Lors de son allocution solennelle du 16 mars 2020, le président de la République, Emmanuel Macron, l’a martelé « nous sommes en guerre ». L’emploi de ce vocabulaire martial a semble-t-il fait son effet dans un contexte extrêmement troublé par l’épidémie de Covid-19 sur le plan international. Pour autant, si certains apparentent cette crise sanitaire à un combat acharné contre un ennemi, aussi invisible soit-il, d’autres considèrent que le terme de « guerre » est dévoyé. Ce débat d’idées sémantique pourrait paraître futile à l’heure où les services de réanimation sont saturés et où chaque jour voit son lot de morts augmenter. Pourtant, les mots ont leur importance, car la communication en temps de crise - ou de guerre - peut avoir des conséquences importantes.


Propos recueillis par Sylvain Ley

 

Le sondage SecoursMag.com

Coronavirus, la France est-elle réellement "en guerre" ?

Oui : 47 %

Non : 53 % 

 

“L'ennemi est invisible, mais il est bien présent”

© DR

Dr Jacques Hascoët, Médecin territorial de la Croix-Rouge française, enseignant en médecine de catastrophe à l'université Paris-XII et ancien médecin urgentiste de la BSPP. 

Le Dr Hascoët s'exprime à titre personnel et non au nom de CRF.

La période que nous vivons peut s'apparenter à une guerre. L'ennemi est invisible mais il est bien présent et il s'attaque à la population. De fait, des batailles sont menées et sur plusieurs fronts en même temps. Il y a tout d'abord le front de la connaissance de l'ennemi, le virus. Il faut l'identifier, savoir comment il se propage, quelle est sa virulence... Le deuxième front est celui de la connaissance de la maladie et de ses symptômes qui vont du syndrome grippal à la destruction totale du poumon. Le troisième front est celui de la mise en place des mesures de protection de la population - sur laquelle il y aurait beaucoup à redire - et qui ont abouti à un confinement difficilement accepté du fait de messages divergents de la part des autorités. 

Le quatrième front, c'est la quête d'un traitement. La communauté scientifique avance vite mais il y a des protocoles à respecter - même si en période de guerre nous pourrions parfois faire l'impasse sur certains d'entre eux - donc ça prend du temps. Le dernier front, c'est celui de l'intendance, et là-dessus aussi il y a vraiment eu des problèmes. Les masques ont eu du mal à arriver, idem pour les blouses ou sur-blouses qui pour certains se déchiraient à peine enfilées... Ça, c'est totalement inadmissible. 

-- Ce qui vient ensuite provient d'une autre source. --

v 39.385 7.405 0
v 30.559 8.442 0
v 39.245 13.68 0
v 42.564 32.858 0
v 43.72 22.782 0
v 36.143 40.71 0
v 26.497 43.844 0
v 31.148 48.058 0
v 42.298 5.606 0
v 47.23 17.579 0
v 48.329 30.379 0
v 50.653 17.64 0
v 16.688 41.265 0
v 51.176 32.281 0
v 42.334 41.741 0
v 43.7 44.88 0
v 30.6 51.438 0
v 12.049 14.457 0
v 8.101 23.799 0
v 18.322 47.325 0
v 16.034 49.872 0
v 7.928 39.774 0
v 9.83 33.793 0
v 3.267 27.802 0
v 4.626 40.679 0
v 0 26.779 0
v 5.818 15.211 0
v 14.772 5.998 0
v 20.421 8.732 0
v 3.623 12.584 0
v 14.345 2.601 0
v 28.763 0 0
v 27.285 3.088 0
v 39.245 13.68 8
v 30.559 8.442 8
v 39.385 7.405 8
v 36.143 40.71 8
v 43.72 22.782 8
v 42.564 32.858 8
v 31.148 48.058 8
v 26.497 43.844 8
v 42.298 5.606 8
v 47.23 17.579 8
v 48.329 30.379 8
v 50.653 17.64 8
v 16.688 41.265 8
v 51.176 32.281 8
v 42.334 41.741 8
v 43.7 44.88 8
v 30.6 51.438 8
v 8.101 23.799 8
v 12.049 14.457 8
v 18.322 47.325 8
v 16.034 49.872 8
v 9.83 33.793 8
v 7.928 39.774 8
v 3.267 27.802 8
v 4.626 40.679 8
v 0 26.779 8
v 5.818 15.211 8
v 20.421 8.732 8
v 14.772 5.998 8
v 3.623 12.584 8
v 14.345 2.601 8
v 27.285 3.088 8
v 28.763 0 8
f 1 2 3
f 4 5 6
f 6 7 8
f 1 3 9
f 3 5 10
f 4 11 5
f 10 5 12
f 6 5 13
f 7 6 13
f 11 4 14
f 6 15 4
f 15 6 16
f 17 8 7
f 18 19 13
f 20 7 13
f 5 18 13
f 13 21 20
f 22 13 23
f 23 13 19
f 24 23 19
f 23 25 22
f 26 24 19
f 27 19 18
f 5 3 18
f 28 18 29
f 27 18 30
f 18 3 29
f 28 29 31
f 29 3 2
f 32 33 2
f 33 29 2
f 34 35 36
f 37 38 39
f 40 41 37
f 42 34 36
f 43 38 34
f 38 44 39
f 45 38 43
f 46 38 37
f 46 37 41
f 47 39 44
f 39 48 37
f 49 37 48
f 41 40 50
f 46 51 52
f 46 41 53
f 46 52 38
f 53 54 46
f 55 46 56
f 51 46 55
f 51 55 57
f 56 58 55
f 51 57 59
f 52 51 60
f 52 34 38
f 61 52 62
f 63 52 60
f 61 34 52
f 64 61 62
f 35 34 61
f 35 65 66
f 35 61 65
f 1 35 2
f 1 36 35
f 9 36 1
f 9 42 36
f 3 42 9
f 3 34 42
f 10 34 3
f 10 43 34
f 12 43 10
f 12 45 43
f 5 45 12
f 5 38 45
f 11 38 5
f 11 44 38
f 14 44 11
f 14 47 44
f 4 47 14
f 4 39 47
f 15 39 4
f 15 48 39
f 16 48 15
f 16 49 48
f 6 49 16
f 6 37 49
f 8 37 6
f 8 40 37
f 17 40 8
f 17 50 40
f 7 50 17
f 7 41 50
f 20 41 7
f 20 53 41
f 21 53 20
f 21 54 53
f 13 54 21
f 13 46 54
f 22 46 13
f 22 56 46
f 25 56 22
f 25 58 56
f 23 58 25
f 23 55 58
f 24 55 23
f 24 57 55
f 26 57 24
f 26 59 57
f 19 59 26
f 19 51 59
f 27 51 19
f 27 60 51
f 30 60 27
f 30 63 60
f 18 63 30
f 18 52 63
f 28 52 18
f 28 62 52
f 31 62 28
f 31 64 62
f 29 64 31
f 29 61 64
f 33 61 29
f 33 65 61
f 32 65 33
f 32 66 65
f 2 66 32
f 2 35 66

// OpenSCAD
$fn = 32;

// ----------------------------------------------------------------------
// Fan rotor section: 11 blades, 18 mm hub radius, 8 mm blades
// ----------------------------------------------------------------------

// --- parameters (mm) ---
profile_height = 8;       // extrusion height
profile_points = 33;      // points of the closed outline

profile = [[43.72, 22.782], [48.329, 30.379], [51.176, 32.281], [42.564, 32.858], [42.334, 41.741], [43.7, 44.88], [36.143, 40.71], [31.148, 48.058], [30.6, 51.438], [26.497, 43.844], [18.322, 47.325], [16.034, 49.872], [16.688, 41.265], [7.928, 39.774], [4.626, 40.679], [9.83, 33.793], [3.267, 27.802], [0, 26.779], [8.101, 23.799], [5.818, 15.211], [3.623, 12.584], [12.049, 14.457], [14.772, 5.998], [14.345, 2.601], [20.421, 8.732], [27.285, 3.088], [28.763, 0], [30.559, 8.442], [39.385, 7.405], [42.298, 5.606], [39.245, 13.68], [47.23, 17.579], [50.653, 17.64]];  // single closed polygon, 33 points, counter clockwise

// --- the one profile operation ---
linear_extrude(height = profile_height) polygon(points = profile);
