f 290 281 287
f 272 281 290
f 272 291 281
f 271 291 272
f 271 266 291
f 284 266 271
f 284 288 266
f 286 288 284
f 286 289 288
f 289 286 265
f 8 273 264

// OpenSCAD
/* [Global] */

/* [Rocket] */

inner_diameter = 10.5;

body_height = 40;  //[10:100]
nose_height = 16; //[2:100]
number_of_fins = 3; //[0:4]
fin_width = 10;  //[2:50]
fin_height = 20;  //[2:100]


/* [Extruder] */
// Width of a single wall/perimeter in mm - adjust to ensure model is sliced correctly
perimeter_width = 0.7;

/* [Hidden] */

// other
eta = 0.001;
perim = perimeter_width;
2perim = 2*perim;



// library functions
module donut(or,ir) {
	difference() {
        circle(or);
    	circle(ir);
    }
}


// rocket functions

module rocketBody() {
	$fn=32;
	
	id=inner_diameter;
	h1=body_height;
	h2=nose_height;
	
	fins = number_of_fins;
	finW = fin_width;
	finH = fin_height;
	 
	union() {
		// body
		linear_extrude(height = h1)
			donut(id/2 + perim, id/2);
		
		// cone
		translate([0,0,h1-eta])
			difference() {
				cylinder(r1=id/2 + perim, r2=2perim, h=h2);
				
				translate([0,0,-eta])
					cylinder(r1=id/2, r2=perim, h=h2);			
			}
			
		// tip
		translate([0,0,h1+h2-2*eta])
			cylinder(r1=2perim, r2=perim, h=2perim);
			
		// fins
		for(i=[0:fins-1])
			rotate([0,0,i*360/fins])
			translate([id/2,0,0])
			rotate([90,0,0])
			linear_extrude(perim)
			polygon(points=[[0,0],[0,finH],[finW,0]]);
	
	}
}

Ce sont ces batailles - car ce sont vraiment des batailles - qui sont menées sur tous ces fronts qui me donnent à penser que nous sommes en guerre. Le comportement exemplaire des personnels soignants, des secouristes, ne fait que le confirmer. Ils se sont investis d'une façon extraordinaire, comme des soldats. Ils ont fait appel au système D quand ils n'avaient pas ce dont ils avaient besoin et ils ont pris des risques, en connaissance de cause, pour mener à bien leur mission. 

 

 

 

“Le terme guerre est inadapté et anxiogène”  

© DR

Colonel Claude Lefebvre, consultant en technologies de défense NRBC et gestion de crise, formateur NRBC

En tant qu'ancien militaire, avec 37 ans de service, je pense que l'épisode que nous vivons n'est pas une guerre. Ou alors, j'ai peur que nous revivions Verdun, car il n'y a aucune stratégie militaire derrière... Tout d'abord, quand on entre en guerre, on dispose d'une armée, d'armes et de munitions pour se battre. Face au coronavirus, notre armée de personnels soignants ne bénéficie pas de matériel en suffisance pour affronter cet « ennemi » qui, stricto sensu, n’en est pas un. Le Covid-19 n’est pas humain, n’a pas la volonté de nuire, ignore les frontières et les différences sociales. Ce n’est donc pas un belligérant. Pour reprendre Sun Tzu, dans L’art de la guerre, on entre en guerre que lorsqu’on est certain de la gagner. Cela implique de la préparation et de l’anticipation, ce qui manque cruellement aujourd’hui. D’après les premières déclarations de la ministre de la Santé de l’époque, le coronavirus sévissait en Chine, loin de chez nous et nous n’avions pas lieu de nous inquiéter. Où sont l’anticipation et la préparation ici ? Nous nous retrouvons ainsi aujourd’hui dans une situation où l’on envoie les personnels soignants au casse-pipe alors que ce sont nos seuls remparts face à l’épidémie. Quand eux-mêmes sont atteints par la maladie - et certains en sont morts -, qui va soigner la population ? Cet état de fait n’est sûrement pas une stratégie guerrière.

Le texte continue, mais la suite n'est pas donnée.